--- EXTRACTED INFORMATION ---
+ + + +

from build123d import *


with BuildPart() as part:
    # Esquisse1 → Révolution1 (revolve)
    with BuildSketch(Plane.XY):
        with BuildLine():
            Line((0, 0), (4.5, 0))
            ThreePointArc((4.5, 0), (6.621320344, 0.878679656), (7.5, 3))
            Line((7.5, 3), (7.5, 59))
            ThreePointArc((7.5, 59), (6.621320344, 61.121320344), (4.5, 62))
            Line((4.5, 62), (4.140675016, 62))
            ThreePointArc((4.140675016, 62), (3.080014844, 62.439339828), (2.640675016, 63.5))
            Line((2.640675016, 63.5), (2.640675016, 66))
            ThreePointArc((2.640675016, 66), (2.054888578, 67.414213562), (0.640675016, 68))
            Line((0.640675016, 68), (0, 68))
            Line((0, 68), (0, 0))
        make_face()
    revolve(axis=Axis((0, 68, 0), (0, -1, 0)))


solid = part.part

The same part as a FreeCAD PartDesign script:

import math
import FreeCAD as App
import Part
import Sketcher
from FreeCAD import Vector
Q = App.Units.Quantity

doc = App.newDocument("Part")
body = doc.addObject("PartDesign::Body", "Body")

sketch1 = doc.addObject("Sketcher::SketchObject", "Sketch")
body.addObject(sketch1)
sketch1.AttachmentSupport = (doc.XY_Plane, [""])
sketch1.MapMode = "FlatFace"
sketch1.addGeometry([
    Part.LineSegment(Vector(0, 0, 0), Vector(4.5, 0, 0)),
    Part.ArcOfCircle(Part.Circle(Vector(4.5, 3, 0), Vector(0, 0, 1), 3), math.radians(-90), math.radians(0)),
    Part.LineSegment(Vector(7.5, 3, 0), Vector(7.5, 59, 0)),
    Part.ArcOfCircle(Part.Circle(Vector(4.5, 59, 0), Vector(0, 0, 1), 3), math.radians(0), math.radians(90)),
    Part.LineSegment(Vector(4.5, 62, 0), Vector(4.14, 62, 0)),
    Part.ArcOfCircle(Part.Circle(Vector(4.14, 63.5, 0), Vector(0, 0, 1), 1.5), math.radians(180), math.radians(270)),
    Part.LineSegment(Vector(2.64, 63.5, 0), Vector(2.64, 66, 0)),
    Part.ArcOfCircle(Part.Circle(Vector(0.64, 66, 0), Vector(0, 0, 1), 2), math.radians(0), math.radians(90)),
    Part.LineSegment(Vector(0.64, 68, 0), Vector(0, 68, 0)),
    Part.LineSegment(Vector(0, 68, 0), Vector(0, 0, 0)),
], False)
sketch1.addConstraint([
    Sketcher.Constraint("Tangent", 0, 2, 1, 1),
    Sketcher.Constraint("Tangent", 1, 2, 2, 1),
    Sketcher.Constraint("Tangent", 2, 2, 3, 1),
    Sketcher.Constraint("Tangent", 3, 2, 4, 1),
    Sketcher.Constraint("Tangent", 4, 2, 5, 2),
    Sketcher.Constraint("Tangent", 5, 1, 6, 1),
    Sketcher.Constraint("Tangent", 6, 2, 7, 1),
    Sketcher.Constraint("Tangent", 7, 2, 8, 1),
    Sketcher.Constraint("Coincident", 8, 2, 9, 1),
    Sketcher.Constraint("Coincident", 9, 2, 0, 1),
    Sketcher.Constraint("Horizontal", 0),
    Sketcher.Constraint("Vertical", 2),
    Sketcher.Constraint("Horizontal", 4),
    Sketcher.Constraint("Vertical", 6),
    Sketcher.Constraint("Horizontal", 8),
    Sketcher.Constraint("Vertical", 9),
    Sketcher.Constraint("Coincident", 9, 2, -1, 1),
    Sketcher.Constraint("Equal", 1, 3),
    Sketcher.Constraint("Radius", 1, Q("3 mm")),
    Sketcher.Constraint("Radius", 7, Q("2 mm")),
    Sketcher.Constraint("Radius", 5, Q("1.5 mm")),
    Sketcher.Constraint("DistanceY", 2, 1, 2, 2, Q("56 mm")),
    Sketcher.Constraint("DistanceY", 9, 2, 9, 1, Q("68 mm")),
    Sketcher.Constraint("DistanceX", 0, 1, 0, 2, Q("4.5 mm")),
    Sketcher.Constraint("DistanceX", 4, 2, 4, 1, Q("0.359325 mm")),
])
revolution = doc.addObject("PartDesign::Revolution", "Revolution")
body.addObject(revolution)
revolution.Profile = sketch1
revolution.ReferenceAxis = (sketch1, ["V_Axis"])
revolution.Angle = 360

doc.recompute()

+ + + +

--- PROBLEM DESCRIPTION ---
For the records above, state the count of lines where "revolve" appears, without any other text.

--- EXERCISE OUTPUT ---
2